On Hugging Face, cybersecurity researchers found two malicious machine learning ( ML) models that used an unusual method of “broken” pickle files to evade detection.
ReversingLabs scientist Karlo Zanki stated in a statement shared with The Hacker News that” the jam data extracted from the mentioned PyTorch archives revealed the destructive Python material at the beginning of the file.” ” In both instances, the malicious load was a standard platform-aware change shell that connects to a hard-coded Internet address”.
The method has been dubbed nullifAI because it involves visit attempts to bypass existing measures put in place to identify destructive models. Below are the Touching Face archives listed.
- glockr1/ballr7
- who-r-u0000/0000000000000000000000000000000000000
It’s believed that the models are more of a proof-of-concept ( PoC ) than an active supply chain attack scenario.
The jam serialization format, which is widely used for distributing ML models, has been consistently demonstrated to be a security risk because it enables the execution of arbitrary code as soon as it is loaded and deserialized.
The cybersecurity firm discovered two models in the PyTorch style, which is nothing more than a compressed jar file. The identified models have been found to be compressed using the 7z style, whereas PyTorch uses the ZIP file by proxy for compression.
In consequence of this behavior, the models were able to fly under the radar and avoid being identified as malignant by Picklescan, a device Hugging Face uses to find wary Pickle files.

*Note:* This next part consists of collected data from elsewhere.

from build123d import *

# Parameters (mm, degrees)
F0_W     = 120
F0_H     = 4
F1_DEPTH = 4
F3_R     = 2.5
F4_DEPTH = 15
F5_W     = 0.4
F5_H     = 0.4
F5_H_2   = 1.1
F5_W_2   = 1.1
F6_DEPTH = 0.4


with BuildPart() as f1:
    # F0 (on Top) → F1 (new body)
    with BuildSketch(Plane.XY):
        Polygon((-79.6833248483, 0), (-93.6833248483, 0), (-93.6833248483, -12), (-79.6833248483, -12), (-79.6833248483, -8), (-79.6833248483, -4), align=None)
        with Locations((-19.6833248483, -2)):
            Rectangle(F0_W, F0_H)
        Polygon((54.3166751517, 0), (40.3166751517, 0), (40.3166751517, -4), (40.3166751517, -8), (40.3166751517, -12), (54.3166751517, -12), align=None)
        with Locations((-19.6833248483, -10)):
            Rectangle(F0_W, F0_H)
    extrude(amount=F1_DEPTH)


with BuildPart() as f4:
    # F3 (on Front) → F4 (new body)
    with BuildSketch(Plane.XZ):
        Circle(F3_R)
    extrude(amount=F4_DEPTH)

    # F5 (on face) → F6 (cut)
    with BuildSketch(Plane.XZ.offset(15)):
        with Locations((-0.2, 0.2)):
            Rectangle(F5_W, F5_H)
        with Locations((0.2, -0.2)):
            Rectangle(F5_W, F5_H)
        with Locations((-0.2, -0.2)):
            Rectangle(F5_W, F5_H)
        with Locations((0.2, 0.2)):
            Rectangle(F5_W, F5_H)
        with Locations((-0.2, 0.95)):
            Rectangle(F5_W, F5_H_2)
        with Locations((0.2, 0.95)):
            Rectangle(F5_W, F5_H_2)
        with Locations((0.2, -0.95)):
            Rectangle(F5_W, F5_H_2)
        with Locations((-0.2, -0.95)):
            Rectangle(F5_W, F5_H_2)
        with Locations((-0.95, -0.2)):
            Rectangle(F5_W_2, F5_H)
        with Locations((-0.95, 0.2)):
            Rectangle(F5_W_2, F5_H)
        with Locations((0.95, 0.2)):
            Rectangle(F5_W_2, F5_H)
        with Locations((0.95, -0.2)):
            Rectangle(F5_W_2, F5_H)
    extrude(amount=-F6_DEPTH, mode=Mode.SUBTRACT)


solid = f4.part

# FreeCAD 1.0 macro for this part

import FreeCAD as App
import Part
import Sketcher

V = App.Vector
Q = App.Units.Quantity


def add_polygon(sketch, points):
    """Adds a closed chain of lines whose ends are joined by coincident constraints."""
    first, n = sketch.GeometryCount, len(points)
    for a, b in zip(points, points[1:] + points[:1]):
        sketch.addGeometry(Part.LineSegment(App.Vector(*a, 0), App.Vector(*b, 0)), False)
    for i in range(n):
        sketch.addConstraint(Sketcher.Constraint("Coincident", first + i, 2, first + (i + 1) % n, 1))

doc = App.newDocument("Part")
body = doc.addObject("PartDesign::Body", "Body")

# Sketch on XY plane
sketch1 = body.newObject("Sketcher::SketchObject", "Sketch")
sketch1.AttachmentSupport = (doc.getObject("XY_Plane"), [""])
sketch1.MapMode = "FlatFace"
add_polygon(sketch1, [(-93.7, 0), (-93.7, -12), (54.3, -12), (54.3, 0)])  # lines 0-3
add_polygon(sketch1, [(-79.7, -8), (-79.7, -4), (40.3, -4), (40.3, -8)])  # lines 4-7
sketch1.addConstraint(Sketcher.Constraint("Vertical", 0))
sketch1.addConstraint(Sketcher.Constraint("Horizontal", 1))
sketch1.addConstraint(Sketcher.Constraint("Vertical", 2))
sketch1.addConstraint(Sketcher.Constraint("Horizontal", 3))
sketch1.addConstraint(Sketcher.Constraint("Vertical", 4))
sketch1.addConstraint(Sketcher.Constraint("Horizontal", 5))
sketch1.addConstraint(Sketcher.Constraint("Vertical", 6))
sketch1.addConstraint(Sketcher.Constraint("Horizontal", 7))
sketch1.addConstraint(Sketcher.Constraint("PointOnObject", 2, 2, -1))
sketch1.addConstraint(Sketcher.Constraint("DistanceX", 1, 1, 1, 2, Q("148 mm")))
sketch1.addConstraint(Sketcher.Constraint("DistanceX", 5, 1, 5, 2, Q("120 mm")))
sketch1.addConstraint(Sketcher.Constraint("DistanceY", 0, 2, 0, 1, Q("12 mm")))
sketch1.addConstraint(Sketcher.Constraint("DistanceY", 4, 1, 4, 2, Q("4 mm")))
sketch1.addConstraint(Sketcher.Constraint("DistanceY", 4, 2, -1, 1, Q("4 mm")))
sketch1.addConstraint(Sketcher.Constraint("DistanceX", 3, 2, 4, 2, Q("14 mm")))
sketch1.addConstraint(Sketcher.Constraint("DistanceX", 0, 2, -1, 1, Q("93.683325 mm")))
pad1 = body.newObject("PartDesign::Pad", "Pad")
pad1.Profile = sketch1
pad1.Length = 4
body2 = doc.addObject("PartDesign::Body", "Body001")

# Sketch on XZ plane
sketch2 = body2.newObject("Sketcher::SketchObject", "Sketch001")
sketch2.AttachmentSupport = (doc.getObject("XZ_Plane001"), [""])
sketch2.MapMode = "FlatFace"
sketch2.addGeometry(Part.Circle(V(0, 0, 0), V(0, 0, 1), 2.5), False)
sketch2.addConstraint(Sketcher.Constraint("Coincident", 0, 3, -1, 1))
sketch2.addConstraint(Sketcher.Constraint("Diameter", 0, Q("5 mm")))
pad2 = body2.newObject("PartDesign::Pad", "Pad001")
pad2.Profile = sketch2
pad2.Length = 15

# Sketch on XZ plane
sketch3 = body2.newObject("Sketcher::SketchObject", "Sketch002")
sketch3.AttachmentSupport = (doc.getObject("XZ_Plane001"), [""])
sketch3.MapMode = "FlatFace"
sketch3.AttachmentOffset = App.Placement(V(0, 0, 15), App.Rotation())
add_polygon(sketch3, [(0.4, -1.5), (0.4, -0.4), (1.5, -0.4), (1.5, 0.4), (0.4, 0.4), (0.4, 1.5), (-0.4, 1.5), (-0.4, 0.4), (-1.5, 0.4), (-1.5, -0.4), (-0.4, -0.4), (-0.4, -1.5)])  # lines 0-11
sketch3.addConstraint(Sketcher.Constraint("Vertical", 0))
sketch3.addConstraint(Sketcher.Constraint("Horizontal", 1))
sketch3.addConstraint(Sketcher.Constraint("Vertical", 2))
sketch3.addConstraint(Sketcher.Constraint("Horizontal", 3))
sketch3.addConstraint(Sketcher.Constraint("Vertical", 4))
sketch3.addConstraint(Sketcher.Constraint("Horizontal", 5))
sketch3.addConstraint(Sketcher.Constraint("Vertical", 6))
sketch3.addConstraint(Sketcher.Constraint("Horizontal", 7))
sketch3.addConstraint(Sketcher.Constraint("Vertical", 8))
sketch3.addConstraint(Sketcher.Constraint("Horizontal", 9))
sketch3.addConstraint(Sketcher.Constraint("Vertical", 10))
sketch3.addConstraint(Sketcher.Constraint("Horizontal", 11))
sketch3.addConstraint(Sketcher.Constraint("Symmetric", 0, 2, 6, 2, -1, 1))
sketch3.addConstraint(Sketcher.Constraint("Symmetric", 2, 2, 8, 2, -1, 1))
sketch3.addConstraint(Sketcher.Constraint("Symmetric", 4, 2, 10, 2, -1, 1))
sketch3.addConstraint(Sketcher.Constraint("Symmetric", 3, 2, 6, 2, -2))
sketch3.addConstraint(Sketcher.Constraint("Equal", 9, 0))
sketch3.addConstraint(Sketcher.Constraint("Equal", 11, 2))
sketch3.addConstraint(Sketcher.Constraint("DistanceX", 1, 1, 1, 2, Q("1.1 mm")))
sketch3.addConstraint(Sketcher.Constraint("DistanceX", 5, 2, 5, 1, Q("0.8 mm")))
pocket1 = body2.newObject("PartDesign::Pocket", "Pocket")
pocket1.Profile = sketch3
pocket1.Length = 0.4
body.Visibility = False

doc.recompute()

The thing serialization, which is the purpose of the Pickle file, breaks immediately after the destructive payload is executed, causing the object’s decompilation to fail, according to Zanki.

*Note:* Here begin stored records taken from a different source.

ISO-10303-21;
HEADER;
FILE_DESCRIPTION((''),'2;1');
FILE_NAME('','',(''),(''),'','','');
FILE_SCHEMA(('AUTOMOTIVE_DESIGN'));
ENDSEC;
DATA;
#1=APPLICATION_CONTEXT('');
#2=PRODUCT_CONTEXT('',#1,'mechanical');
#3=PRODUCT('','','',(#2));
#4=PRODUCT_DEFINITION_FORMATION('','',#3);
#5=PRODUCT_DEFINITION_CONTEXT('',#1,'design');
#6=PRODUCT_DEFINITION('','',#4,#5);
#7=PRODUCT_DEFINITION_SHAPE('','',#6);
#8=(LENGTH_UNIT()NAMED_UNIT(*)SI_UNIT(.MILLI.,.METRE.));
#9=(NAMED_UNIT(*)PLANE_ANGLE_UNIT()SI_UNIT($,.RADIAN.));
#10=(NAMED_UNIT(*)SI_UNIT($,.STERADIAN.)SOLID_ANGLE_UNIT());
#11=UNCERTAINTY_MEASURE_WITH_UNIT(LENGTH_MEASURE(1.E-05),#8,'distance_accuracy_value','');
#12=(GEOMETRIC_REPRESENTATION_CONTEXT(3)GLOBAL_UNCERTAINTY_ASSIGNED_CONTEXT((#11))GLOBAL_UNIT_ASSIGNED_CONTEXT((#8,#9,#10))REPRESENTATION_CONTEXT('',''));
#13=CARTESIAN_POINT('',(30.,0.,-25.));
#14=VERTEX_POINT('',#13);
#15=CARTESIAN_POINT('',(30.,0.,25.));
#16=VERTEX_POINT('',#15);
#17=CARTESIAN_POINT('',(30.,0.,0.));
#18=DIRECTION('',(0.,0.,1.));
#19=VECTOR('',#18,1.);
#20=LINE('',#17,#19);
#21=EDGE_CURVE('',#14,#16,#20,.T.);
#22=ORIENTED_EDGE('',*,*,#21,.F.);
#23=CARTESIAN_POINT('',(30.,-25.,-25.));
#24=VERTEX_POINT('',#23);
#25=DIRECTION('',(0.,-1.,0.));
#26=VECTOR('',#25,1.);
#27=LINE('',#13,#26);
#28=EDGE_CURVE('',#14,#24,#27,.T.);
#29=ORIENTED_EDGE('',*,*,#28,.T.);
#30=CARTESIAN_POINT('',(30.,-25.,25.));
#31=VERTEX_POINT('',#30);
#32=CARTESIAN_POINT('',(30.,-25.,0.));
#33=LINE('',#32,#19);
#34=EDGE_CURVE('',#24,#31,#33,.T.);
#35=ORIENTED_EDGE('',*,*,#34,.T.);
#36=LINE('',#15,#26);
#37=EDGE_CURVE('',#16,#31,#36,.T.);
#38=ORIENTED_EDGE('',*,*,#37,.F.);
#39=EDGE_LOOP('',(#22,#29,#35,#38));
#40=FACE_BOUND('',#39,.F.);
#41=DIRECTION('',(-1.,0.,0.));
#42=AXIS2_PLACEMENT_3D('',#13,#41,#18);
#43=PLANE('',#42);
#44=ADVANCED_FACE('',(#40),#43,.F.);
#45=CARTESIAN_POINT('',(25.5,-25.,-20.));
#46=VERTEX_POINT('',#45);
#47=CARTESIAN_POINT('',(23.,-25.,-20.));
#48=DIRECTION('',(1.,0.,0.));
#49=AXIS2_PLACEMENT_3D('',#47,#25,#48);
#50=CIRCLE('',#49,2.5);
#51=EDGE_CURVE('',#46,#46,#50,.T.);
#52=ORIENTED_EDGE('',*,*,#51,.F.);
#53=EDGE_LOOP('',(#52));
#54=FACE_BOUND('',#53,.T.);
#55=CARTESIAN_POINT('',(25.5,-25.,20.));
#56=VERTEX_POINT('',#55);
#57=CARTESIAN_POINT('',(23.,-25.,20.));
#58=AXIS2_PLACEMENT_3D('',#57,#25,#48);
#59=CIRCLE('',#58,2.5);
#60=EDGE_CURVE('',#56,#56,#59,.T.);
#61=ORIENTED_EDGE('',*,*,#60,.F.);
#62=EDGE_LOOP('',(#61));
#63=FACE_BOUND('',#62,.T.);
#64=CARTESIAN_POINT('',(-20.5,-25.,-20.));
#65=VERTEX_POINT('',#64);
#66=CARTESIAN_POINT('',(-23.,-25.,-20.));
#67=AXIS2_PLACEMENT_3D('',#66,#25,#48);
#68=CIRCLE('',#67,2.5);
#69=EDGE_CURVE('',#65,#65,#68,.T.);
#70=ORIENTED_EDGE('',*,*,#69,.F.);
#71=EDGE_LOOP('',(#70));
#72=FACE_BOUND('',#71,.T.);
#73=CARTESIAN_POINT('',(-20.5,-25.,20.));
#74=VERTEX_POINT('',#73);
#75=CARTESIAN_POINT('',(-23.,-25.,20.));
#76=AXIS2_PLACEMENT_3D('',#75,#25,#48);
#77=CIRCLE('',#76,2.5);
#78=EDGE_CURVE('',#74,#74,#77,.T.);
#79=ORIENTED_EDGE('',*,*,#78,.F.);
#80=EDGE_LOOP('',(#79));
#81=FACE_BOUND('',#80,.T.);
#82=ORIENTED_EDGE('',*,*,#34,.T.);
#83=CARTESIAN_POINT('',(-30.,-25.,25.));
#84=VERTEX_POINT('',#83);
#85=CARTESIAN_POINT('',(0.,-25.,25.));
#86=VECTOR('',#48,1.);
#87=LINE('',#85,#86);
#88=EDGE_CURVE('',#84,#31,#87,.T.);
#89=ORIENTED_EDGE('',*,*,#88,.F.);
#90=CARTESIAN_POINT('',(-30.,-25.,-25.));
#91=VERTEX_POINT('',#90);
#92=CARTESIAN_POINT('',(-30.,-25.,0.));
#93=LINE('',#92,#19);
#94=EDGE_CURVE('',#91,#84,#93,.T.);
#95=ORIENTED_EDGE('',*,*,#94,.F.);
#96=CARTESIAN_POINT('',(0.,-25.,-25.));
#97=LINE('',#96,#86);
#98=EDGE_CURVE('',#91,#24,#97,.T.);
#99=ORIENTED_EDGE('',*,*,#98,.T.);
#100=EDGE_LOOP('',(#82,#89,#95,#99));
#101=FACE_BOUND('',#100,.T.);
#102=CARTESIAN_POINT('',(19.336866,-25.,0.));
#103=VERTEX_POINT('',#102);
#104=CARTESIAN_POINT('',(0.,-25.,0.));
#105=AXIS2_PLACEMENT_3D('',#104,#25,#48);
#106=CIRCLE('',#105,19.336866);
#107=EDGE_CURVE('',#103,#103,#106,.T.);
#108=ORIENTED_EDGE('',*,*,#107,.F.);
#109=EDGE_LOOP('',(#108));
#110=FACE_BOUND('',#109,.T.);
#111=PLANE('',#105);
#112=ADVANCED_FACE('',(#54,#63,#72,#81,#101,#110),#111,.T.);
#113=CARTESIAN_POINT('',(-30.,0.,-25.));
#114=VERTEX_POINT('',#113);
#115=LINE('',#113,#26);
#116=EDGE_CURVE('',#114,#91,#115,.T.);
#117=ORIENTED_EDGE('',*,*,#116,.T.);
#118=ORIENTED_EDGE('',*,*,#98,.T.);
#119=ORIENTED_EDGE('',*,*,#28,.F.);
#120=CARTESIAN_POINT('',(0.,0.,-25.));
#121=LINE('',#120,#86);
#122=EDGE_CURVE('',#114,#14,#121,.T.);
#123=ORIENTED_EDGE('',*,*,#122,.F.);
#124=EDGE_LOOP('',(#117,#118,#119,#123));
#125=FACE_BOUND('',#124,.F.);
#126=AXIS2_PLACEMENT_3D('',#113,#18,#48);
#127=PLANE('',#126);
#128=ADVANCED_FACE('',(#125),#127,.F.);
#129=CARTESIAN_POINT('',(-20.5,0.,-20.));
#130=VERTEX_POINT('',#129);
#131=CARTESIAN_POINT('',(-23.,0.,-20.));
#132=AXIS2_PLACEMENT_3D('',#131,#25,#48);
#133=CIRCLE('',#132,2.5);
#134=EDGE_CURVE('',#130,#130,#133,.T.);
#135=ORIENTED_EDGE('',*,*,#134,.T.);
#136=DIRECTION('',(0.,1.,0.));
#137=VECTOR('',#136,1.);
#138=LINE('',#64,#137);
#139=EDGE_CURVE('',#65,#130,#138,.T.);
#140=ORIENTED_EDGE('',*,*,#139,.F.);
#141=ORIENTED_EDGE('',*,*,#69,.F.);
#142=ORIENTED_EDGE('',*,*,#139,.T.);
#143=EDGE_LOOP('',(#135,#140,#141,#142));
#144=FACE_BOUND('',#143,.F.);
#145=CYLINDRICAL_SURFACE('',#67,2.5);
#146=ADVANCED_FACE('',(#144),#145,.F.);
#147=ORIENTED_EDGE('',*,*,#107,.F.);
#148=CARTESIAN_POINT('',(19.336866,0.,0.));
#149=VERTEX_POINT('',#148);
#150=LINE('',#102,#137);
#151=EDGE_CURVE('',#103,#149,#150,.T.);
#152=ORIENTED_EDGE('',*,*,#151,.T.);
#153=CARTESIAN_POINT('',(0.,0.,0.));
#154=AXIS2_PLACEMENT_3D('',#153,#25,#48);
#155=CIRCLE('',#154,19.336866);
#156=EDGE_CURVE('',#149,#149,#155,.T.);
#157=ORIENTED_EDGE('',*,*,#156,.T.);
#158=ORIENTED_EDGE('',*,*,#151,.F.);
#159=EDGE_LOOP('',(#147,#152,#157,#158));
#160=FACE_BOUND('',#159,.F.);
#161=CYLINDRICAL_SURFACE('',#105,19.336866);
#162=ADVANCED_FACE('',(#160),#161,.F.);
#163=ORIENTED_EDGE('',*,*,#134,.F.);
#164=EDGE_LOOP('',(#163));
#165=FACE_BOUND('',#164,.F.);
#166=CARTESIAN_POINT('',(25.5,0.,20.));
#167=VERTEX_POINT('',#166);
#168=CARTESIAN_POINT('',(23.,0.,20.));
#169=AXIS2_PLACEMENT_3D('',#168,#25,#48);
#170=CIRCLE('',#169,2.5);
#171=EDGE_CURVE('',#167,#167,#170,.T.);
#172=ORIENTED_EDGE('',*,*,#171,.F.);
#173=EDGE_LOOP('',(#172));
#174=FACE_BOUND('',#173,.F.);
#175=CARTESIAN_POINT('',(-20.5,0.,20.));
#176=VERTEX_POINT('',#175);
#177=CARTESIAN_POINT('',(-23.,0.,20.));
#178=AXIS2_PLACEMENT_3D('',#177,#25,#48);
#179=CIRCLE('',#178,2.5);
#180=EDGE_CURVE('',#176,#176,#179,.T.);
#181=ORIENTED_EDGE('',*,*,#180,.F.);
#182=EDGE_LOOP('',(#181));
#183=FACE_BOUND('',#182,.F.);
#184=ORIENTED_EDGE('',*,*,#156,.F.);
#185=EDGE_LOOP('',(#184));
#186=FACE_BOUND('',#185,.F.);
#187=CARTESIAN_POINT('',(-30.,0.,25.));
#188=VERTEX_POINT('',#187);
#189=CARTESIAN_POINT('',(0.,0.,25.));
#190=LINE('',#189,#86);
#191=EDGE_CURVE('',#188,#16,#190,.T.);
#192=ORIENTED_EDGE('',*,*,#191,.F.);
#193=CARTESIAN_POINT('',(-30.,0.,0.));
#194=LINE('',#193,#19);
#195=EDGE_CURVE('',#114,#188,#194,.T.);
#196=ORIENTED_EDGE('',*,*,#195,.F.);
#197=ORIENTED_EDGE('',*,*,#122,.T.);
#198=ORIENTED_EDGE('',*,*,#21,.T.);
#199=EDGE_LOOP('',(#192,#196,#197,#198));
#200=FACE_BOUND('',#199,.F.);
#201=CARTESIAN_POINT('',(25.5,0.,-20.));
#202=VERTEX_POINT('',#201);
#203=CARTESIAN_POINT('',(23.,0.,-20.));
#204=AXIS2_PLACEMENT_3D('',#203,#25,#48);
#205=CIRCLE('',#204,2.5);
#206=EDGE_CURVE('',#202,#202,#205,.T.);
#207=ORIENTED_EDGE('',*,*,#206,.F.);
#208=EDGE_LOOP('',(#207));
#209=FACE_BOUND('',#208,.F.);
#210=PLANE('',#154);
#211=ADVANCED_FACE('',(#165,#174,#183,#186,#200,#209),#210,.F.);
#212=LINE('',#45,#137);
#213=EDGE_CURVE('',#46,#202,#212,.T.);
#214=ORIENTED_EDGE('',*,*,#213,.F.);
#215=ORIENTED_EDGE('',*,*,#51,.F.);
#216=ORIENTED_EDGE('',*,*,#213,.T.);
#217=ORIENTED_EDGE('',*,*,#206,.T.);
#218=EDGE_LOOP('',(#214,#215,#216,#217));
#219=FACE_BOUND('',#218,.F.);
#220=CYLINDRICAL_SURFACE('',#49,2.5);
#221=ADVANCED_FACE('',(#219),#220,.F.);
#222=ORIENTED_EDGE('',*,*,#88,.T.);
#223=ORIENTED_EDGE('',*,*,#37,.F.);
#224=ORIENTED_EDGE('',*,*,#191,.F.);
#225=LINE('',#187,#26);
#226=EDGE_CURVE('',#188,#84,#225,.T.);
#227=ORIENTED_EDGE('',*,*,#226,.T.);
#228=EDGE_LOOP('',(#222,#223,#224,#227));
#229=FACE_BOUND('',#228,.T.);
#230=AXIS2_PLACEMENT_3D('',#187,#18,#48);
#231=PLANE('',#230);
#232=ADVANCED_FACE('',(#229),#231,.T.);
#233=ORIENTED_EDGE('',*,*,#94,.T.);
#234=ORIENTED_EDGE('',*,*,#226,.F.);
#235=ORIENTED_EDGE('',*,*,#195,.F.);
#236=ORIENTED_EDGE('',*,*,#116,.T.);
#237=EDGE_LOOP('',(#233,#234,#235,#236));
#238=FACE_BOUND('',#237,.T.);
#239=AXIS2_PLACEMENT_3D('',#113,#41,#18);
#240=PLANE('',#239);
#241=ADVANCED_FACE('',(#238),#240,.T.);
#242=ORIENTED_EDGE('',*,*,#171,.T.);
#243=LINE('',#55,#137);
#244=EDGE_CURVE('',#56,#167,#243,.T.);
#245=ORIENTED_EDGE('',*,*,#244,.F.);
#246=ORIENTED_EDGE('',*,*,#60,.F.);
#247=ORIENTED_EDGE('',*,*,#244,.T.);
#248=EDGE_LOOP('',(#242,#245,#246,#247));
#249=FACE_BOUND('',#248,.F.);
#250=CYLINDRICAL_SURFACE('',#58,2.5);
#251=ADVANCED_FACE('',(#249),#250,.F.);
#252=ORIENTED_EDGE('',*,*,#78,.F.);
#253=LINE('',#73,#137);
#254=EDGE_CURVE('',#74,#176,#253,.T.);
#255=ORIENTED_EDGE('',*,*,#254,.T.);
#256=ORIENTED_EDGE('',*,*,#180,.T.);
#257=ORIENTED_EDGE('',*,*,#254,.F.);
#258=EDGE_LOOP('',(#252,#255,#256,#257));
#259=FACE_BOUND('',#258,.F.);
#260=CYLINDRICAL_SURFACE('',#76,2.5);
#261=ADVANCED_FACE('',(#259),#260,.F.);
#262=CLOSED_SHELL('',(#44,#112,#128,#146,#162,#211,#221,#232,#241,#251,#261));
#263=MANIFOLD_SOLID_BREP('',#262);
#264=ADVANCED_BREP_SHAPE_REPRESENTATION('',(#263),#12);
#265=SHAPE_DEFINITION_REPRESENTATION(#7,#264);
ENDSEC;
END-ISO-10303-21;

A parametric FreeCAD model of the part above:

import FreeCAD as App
import Part
import Sketcher

V = App.Vector
Q = App.Units.Quantity


def add_polygon(sketch, points):
    """Adds a closed chain of lines whose ends are joined by coincident constraints."""
    first, n = sketch.GeometryCount, len(points)
    for a, b in zip(points, points[1:] + points[:1]):
        sketch.addGeometry(Part.LineSegment(App.Vector(*a, 0), App.Vector(*b, 0)), False)
    for i in range(n):
        sketch.addConstraint(Sketcher.Constraint("Coincident", first + i, 2, first + (i + 1) % n, 1))

doc = App.newDocument("Part")
body = doc.addObject("PartDesign::Body", "Body")

# Sketch on XZ plane
sketch1 = body.newObject("Sketcher::SketchObject", "Sketch")
sketch1.AttachmentSupport = (doc.getObject("XZ_Plane"), [""])
sketch1.MapMode = "FlatFace"
add_polygon(sketch1, [(-30, 25), (-30, -25), (30, -25), (30, 25)])  # lines 0-3
sketch1.addConstraint([
    Sketcher.Constraint("Vertical", 0),
    Sketcher.Constraint("Horizontal", 1),
    Sketcher.Constraint("Vertical", 2),
    Sketcher.Constraint("Horizontal", 3),
    Sketcher.Constraint("Symmetric", 0, 2, 2, 2, -1, 1),
    Sketcher.Constraint("DistanceX", 1, 1, 1, 2, Q("60 mm")),
    Sketcher.Constraint("DistanceY", 0, 2, 0, 1, Q("50 mm")),
])
pad1 = body.newObject("PartDesign::Pad", "Pad")
pad1.Profile = sketch1
pad1.Length = 25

Further research has revealed that for damaged pickle files can still be half deserialized because of the conflict between Picklescan and how deserialization operates, which results in the destructive code being executed despite the tool displaying an error message. This bug has since been fixed in the open-source value.
Zanki attributed this behavior to the fact that Pickle records are deserialized sequentially, Zanki explained.
” Pickle opcodes are executed as they are encountered, and until all opcodes are executed or a broken education is encountered. Because the malicious cargo is inserted at the beginning of the Pickle stream in the learned model, Hugging Face’s existing protection scanning tools wouldn’t be able to identify it as illegal.